WHAT TO DO — Quote the records below word for word, please, from the very first line through the one that contains "A parametric FreeCAD", and nothing beyond it.

EXTRACTED INFORMATION —
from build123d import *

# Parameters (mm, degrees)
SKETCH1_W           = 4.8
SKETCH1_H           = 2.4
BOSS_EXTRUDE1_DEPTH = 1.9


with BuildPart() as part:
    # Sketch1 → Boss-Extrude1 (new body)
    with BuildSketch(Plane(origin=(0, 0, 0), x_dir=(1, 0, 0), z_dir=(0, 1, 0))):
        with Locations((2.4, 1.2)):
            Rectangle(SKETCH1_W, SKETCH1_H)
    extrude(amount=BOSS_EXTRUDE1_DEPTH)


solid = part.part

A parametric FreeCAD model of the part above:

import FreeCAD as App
import Part
import Sketcher

V = App.Vector
Q = App.Units.Quantity

doc = App.newDocument("Part")
body = doc.addObject("PartDesign::Body", "Body")

# Sketch on XZ plane
sketch1 = body.newObject("Sketcher::SketchObject", "Sketch")
sketch1.AttachmentSupport = (doc.getObject("XZ_Plane"), [""])
sketch1.MapMode = "FlatFace"
sketch1.addGeometry(Part.LineSegment(V(0, -2.4, 0), V(0, 0, 0)), False)
sketch1.addGeometry(Part.LineSegment(V(0, 0, 0), V(4.8, 0, 0)), False)
sketch1.addGeometry(Part.LineSegment(V(4.8, 0, 0), V(4.8, -2.4, 0)), False)
sketch1.addGeometry(Part.LineSegment(V(4.8, -2.4, 0), V(0, -2.4, 0)), False)
sketch1.addConstraint(Sketcher.Constraint("Coincident", 0, 2, 1, 1))
sketch1.addConstraint(Sketcher.Constraint("Coincident", 1, 2, 2, 1))
sketch1.addConstraint(Sketcher.Constraint("Coincident", 2, 2, 3, 1))
sketch1.addConstraint(Sketcher.Constraint("Coincident", 3, 2, 0, 1))
sketch1.addConstraint(Sketcher.Constraint("Vertical", 0))
sketch1.addConstraint(Sketcher.Constraint("Horizontal", 1))
sketch1.addConstraint(Sketcher.Constraint("Vertical", 2))
sketch1.addConstraint(Sketcher.Constraint("Horizontal", 3))
sketch1.addConstraint(Sketcher.Constraint("Coincident", 0, 2, -1, 1))
sketch1.addConstraint(Sketcher.Constraint("DistanceX", 1, 1, 1, 2, Q("4.8 mm")))
sketch1.addConstraint(Sketcher.Constraint("DistanceY", 0, 1, 0, 2, Q("2.4 mm")))
pad1 = body.newObject("PartDesign::Pad", "Pad")
pad1.Profile = sketch1
pad1.Length = 1.9
pad1.Reversed = True

doc.recompute()
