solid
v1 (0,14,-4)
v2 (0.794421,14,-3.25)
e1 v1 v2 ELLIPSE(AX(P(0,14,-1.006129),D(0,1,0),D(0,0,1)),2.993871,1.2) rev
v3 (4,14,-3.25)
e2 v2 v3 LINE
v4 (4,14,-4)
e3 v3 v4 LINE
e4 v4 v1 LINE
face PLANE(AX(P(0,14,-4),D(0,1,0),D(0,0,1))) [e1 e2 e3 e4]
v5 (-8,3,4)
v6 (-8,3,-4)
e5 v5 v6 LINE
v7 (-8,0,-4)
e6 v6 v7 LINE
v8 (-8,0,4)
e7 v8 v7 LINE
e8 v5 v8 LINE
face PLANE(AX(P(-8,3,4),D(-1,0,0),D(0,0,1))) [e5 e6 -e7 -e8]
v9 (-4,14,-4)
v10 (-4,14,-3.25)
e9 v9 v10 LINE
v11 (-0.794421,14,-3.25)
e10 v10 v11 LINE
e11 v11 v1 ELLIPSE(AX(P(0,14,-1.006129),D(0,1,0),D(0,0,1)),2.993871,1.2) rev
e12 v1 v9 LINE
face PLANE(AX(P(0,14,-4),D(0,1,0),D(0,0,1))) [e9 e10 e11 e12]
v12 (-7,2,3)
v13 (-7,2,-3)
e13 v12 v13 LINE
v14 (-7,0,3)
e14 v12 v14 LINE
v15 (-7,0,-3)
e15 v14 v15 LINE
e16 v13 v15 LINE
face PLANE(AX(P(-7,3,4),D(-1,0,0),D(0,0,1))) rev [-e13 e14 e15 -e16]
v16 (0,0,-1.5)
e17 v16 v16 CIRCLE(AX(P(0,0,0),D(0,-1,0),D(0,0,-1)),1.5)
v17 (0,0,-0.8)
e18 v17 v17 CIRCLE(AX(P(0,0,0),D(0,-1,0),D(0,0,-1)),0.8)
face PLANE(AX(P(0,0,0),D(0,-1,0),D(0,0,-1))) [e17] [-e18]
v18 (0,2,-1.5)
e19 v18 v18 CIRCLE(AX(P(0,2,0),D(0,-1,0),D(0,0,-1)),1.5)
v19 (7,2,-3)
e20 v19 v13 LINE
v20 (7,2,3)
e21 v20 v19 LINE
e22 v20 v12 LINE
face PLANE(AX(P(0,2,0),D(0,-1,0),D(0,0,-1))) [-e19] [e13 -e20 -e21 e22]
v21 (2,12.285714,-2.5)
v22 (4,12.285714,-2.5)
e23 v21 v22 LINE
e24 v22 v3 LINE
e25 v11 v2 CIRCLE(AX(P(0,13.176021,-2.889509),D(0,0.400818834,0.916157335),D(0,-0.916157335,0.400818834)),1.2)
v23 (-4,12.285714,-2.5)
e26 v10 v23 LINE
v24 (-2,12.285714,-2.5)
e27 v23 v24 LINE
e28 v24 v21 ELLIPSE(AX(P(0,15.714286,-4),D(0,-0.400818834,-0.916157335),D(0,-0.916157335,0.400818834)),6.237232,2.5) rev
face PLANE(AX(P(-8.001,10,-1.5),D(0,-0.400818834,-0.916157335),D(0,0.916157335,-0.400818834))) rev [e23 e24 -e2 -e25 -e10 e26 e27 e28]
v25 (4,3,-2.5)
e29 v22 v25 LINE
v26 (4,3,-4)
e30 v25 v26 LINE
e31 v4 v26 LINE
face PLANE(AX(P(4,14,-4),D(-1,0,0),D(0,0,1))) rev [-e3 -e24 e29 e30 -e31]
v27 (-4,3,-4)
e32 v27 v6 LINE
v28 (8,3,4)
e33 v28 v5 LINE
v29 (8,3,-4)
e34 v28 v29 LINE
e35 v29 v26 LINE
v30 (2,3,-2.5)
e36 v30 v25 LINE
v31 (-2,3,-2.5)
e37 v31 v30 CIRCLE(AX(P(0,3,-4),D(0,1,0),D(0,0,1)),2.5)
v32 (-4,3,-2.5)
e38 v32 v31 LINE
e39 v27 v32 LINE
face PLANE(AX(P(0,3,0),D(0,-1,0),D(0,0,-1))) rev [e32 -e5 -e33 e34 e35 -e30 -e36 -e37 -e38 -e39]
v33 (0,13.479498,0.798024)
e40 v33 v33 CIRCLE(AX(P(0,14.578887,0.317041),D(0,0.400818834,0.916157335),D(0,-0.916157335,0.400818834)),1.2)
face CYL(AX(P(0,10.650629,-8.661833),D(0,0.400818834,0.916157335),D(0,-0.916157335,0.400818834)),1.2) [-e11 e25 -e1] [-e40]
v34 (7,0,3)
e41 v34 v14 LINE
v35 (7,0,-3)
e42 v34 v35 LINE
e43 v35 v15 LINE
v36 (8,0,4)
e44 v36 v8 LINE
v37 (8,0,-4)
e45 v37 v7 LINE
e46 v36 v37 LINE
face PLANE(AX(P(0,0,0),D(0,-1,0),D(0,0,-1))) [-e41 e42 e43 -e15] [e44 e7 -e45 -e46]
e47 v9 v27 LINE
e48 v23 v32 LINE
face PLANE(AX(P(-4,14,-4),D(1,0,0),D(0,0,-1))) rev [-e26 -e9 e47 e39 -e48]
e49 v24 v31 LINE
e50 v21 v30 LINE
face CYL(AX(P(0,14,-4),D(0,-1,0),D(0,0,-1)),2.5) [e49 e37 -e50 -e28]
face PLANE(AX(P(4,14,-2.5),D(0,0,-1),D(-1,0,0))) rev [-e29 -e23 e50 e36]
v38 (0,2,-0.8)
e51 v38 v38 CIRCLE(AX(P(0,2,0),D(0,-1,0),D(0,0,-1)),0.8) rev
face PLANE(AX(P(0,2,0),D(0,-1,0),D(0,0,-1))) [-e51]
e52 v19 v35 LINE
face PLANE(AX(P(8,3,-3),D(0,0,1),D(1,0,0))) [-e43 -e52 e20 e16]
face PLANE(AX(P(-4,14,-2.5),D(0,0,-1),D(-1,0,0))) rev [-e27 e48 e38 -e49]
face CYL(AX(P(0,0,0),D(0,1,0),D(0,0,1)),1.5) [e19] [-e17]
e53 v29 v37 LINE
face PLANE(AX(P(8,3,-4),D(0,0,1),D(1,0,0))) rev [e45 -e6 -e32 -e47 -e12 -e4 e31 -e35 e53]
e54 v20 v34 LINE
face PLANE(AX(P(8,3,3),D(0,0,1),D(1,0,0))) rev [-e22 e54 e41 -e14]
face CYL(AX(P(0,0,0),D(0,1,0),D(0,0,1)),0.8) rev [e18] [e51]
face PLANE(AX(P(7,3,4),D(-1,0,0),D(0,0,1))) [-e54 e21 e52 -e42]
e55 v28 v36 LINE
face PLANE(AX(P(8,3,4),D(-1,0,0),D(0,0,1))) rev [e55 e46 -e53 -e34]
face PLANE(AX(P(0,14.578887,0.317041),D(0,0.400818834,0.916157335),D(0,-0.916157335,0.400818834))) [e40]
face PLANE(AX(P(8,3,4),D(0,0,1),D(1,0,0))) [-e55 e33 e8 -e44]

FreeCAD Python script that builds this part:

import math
import FreeCAD as App
import Part
import Sketcher
from FreeCAD import Vector
Q = App.Units.Quantity


def faces_at(feature, points):
    """Names of the faces that lie closest to the given points."""
    faces = feature.Shape.Faces
    near = lambda p: min(range(len(faces)), key=lambda i: faces[i].distToShape(Part.Vertex(*p))[0])
    return sorted({f"Face{near(p) + 1}" for p in points})


def add_polygon(sketch, points):
    """Adds a closed chain of lines whose ends are joined by coincident constraints."""
    first, n = sketch.GeometryCount, len(points)
    for a, b in zip(points, points[1:] + points[:1]):
        sketch.addGeometry(Part.LineSegment(App.Vector(*a, 0), App.Vector(*b, 0)), False)
    for i in range(n):
        sketch.addConstraint(Sketcher.Constraint("Coincident", first + i, 2, first + (i + 1) % n, 1))

doc = App.newDocument("Part")
params = doc.addObject("Spreadsheet::Sheet", "Params")
for row, (alias, value) in enumerate([
    ("sketch1_width", "16 mm"),
    ("sketch1_height", "8 mm"),
    ("pad1_length", "3 mm"),
    ("thickness_wall", "1 mm"),
    ("sketch2_diameter", "3 mm"),
    ("sketch2_diameter2", "1.6 mm"),
    ("pad2_length", "2 mm"),
    ("sketch3_radius", "2.5 mm"),
    ("sketch3_width", "8 mm"),
    ("sketch3_width2", "2 mm"),
    ("pad3_length", "11 mm"),
    ("sketch4_width", "4 mm"),
    ("sketch4_height", "1.75 mm"),
    ("sketch5_diameter", "2.4 mm"),
    ("pad4_length", "3.5 mm"),
    ("sketch6_diameter", "2.4 mm"),
], start=1):
    params.set(f"A{row}", alias)
    params.set(f"B{row}", "=" + value)
    params.setAlias(f"B{row}", alias)

body = doc.addObject("PartDesign::Body", "Body")

sketch1 = body.newObject("Sketcher::SketchObject", "Sketch")
sketch1.AttachmentSupport = (doc.getObject("XZ_Plane"), [""])
sketch1.MapMode = "FlatFace"
add_polygon(sketch1, [(-8, -4), (-8, 4), (8, 4), (8, -4)])
sketch1.addConstraint([
    Sketcher.Constraint("Vertical", 0),
    Sketcher.Constraint("Horizontal", 1),
    Sketcher.Constraint("Vertical", 2),
    Sketcher.Constraint("Horizontal", 3),
    Sketcher.Constraint("Symmetric", 0, 2, 2, 2, -1, 1),
    Sketcher.Constraint("DistanceX", 1, 1, 1, 2, Q("16 mm")),
    Sketcher.Constraint("DistanceY", 0, 1, 0, 2, Q("8 mm")),
])
sketch1.setExpression("Constraints[9]", "Params.sketch1_width")
sketch1.setExpression("Constraints[10]", "Params.sketch1_height")
pad1 = body.newObject("PartDesign::Pad", "Pad")
pad1.Profile = sketch1
pad1.setExpression("Length", "Params.pad1_length")
pad1.Reversed = True
doc.recompute()

thickness = body.newObject("PartDesign::Thickness", "Thickness")
thickness.Base = (pad1, faces_at(pad1, [(0, 0, 0)]))
thickness.setExpression("Value", "Params.thickness_wall")
thickness.Reversed = True
thickness.Join = "Intersection"

sketch2 = body.newObject("Sketcher::SketchObject", "Sketch001")
sketch2.AttachmentSupport = (doc.getObject("XZ_Plane"), [""])
sketch2.MapMode = "FlatFace"
sketch2.AttachmentOffset = App.Placement(Vector(0, 0, -2), App.Rotation())
sketch2.addGeometry([
    Part.Circle(Vector(0, 0, 0), Vector(0, 0, 1), 1.5),
    Part.Circle(Vector(0, 0, 0), Vector(0, 0, 1), 0.8),
], False)
sketch2.addConstraint([
    Sketcher.Constraint("Coincident", 0, 3, -1, 1),
    Sketcher.Constraint("Coincident", 1, 3, -1, 1),
    Sketcher.Constraint("Diameter", 0, Q("3 mm")),
    Sketcher.Constraint("Diameter", 1, Q("1.6 mm")),
])
sketch2.setExpression("Constraints[2]", "Params.sketch2_diameter")
sketch2.setExpression("Constraints[3]", "Params.sketch2_diameter2")
pad2 = body.newObject("PartDesign::Pad", "Pad001")
pad2.Profile = sketch2
pad2.setExpression("Length", "Params.pad2_length")

sketch3 = body.newObject("Sketcher::SketchObject", "Sketch002")
sketch3.AttachmentSupport = (doc.getObject("XZ_Plane"), [""])
sketch3.MapMode = "FlatFace"
sketch3.AttachmentOffset = App.Placement(Vector(0, 0, -3), App.Rotation())
sketch3.addGeometry([
    Part.LineSegment(Vector(4, -4, 0), Vector(-4, -4, 0)),
    Part.LineSegment(Vector(-4, -4, 0), Vector(-4, -2.5, 0)),
    Part.LineSegment(Vector(-4, -2.5, 0), Vector(-2, -2.5, 0)),
    Part.ArcOfCircle(Part.Circle(Vector(0, -4, 0), Vector(0, 0, 1), 2.5), math.radians(36.869898), math.radians(143.130102)),
    Part.LineSegment(Vector(2, -2.5, 0), Vector(4, -2.5, 0)),
    Part.LineSegment(Vector(4, -2.5, 0), Vector(4, -4, 0)),
], False)
sketch3.addConstraint([
    Sketcher.Constraint("Coincident", 0, 2, 1, 1),
    Sketcher.Constraint("Coincident", 1, 2, 2, 1),
    Sketcher.Constraint("Coincident", 2, 2, 3, 2),
    Sketcher.Constraint("Coincident", 3, 1, 4, 1),
    Sketcher.Constraint("Coincident", 4, 2, 5, 1),
    Sketcher.Constraint("Coincident", 5, 2, 0, 1),
    Sketcher.Constraint("Horizontal", 0),
    Sketcher.Constraint("Vertical", 1),
    Sketcher.Constraint("Horizontal", 2),
    Sketcher.Constraint("Horizontal", 4),
    Sketcher.Constraint("Vertical", 5),
    Sketcher.Constraint("Symmetric", 2, 2, 3, 1, -2),
    Sketcher.Constraint("Horizontal", 3, 3, 0, 2),
    Sketcher.Constraint("Equal", 2, 4),
    Sketcher.Constraint("Radius", 3, Q("2.5 mm")),
    Sketcher.Constraint("DistanceX", 0, 2, 0, 1, Q("8 mm")),
    Sketcher.Constraint("DistanceX", 2, 1, 2, 2, Q("2 mm")),
    Sketcher.Constraint("DistanceY", 3, 3, -1, 1, Q("4 mm")),
])
sketch3.setExpression("Constraints[14]", "Params.sketch3_radius")
sketch3.setExpression("Constraints[15]", "Params.sketch3_width")
sketch3.setExpression("Constraints[16]", "Params.sketch3_width2")
pad3 = body.newObject("PartDesign::Pad", "Pad002")
pad3.Profile = sketch3
pad3.setExpression("Length", "Params.pad3_length")
pad3.Reversed = True

sketch4 = body.newObject("Sketcher::SketchObject", "Sketch003")
sketch4.AttachmentSupport = (doc.getObject("YZ_Plane"), [""])
sketch4.MapMode = "FlatFace"
sketch4.AttachmentOffset = App.Placement(Vector(0, 0, 4), App.Rotation())
add_polygon(sketch4, [(14, -3.25), (14, -1.5), (10, -1.5)])
sketch4.addConstraint([
    Sketcher.Constraint("Vertical", 0),
    Sketcher.Constraint("Horizontal", 1),
    Sketcher.Constraint("DistanceX", 1, 2, 1, 1, Q("4 mm")),
    Sketcher.Constraint("DistanceX", -1, 1, 0, 2, Q("14 mm")),
    Sketcher.Constraint("DistanceY", 0, 1, 0, 2, Q("1.75 mm")),
    Sketcher.Constraint("DistanceY", 0, 2, -1, 1, Q("1.5 mm")),
])
sketch4.setExpression("Constraints[5]", "Params.sketch4_width")
sketch4.setExpression("Constraints[7]", "Params.sketch4_height")
pocket1 = body.newObject("PartDesign::Pocket", "Pocket")
pocket1.Profile = sketch4
pocket1.Type = "UpToFirst"

sketch5 = body.newObject("Sketcher::SketchObject", "Sketch004")
sketch5.Placement = App.Placement(Vector(0, 1.055738, 2.413115), App.Rotation(Vector(1, 0, 0), Vector(0, 0.916157335, -0.400818834), Vector(0, 0.400818834, 0.916157335), "ZXY"))
sketch5.addGeometry(Part.Circle(Vector(0, 13.229478, 0), Vector(0, 0, 1), 1.2), False)
sketch5.addConstraint([
    Sketcher.Constraint("PointOnObject", 0, 3, -2),
    Sketcher.Constraint("Diameter", 0, Q("2.4 mm")),
    Sketcher.Constraint("DistanceY", -1, 1, 0, 3, Q("13.229478 mm")),
])
sketch5.setExpression("Constraints[1]", "Params.sketch5_diameter")
pad4 = body.newObject("PartDesign::Pad", "Pad003")
pad4.Profile = sketch5
pad4.setExpression("Length", "Params.pad4_length")

sketch6 = body.newObject("Sketcher::SketchObject", "Sketch005")
sketch6.Placement = App.Placement(Vector(0, 1.055738, 2.413115), App.Rotation(Vector(1, 0, 0), Vector(0, 0.916157335, -0.400818834), Vector(0, 0.400818834, 0.916157335), "ZXY"))
sketch6.addGeometry(Part.Circle(Vector(0, 13.229478, 0), Vector(0, 0, 1), 1.2), False)
sketch6.addConstraint([
    Sketcher.Constraint("PointOnObject", 0, 3, -2),
    Sketcher.Constraint("Diameter", 0, Q("2.4 mm")),
    Sketcher.Constraint("DistanceY", -1, 1, 0, 3, Q("13.229478 mm")),
])
sketch6.setExpression("Constraints[1]", "Params.sketch6_diameter")
pad5 = body.newObject("PartDesign::Pad", "Pad004")
pad5.Profile = sketch6
pad5.Type = "UpToFirst"
pad5.Reversed = True

doc.recompute()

OUTPUT OF THE EXERCISE —
from build123d import *

# Parameters (mm, degrees)
SKETCH1_W           = 4.8
SKETCH1_H           = 2.4
BOSS_EXTRUDE1_DEPTH = 1.9


with BuildPart() as part:
    # Sketch1 → Boss-Extrude1 (new body)
    with BuildSketch(Plane(origin=(0, 0, 0), x_dir=(1, 0, 0), z_dir=(0, 1, 0))):
        with Locations((2.4, 1.2)):
            Rectangle(SKETCH1_W, SKETCH1_H)
    extrude(amount=BOSS_EXTRUDE1_DEPTH)


solid = part.part

A parametric FreeCAD model of the part above:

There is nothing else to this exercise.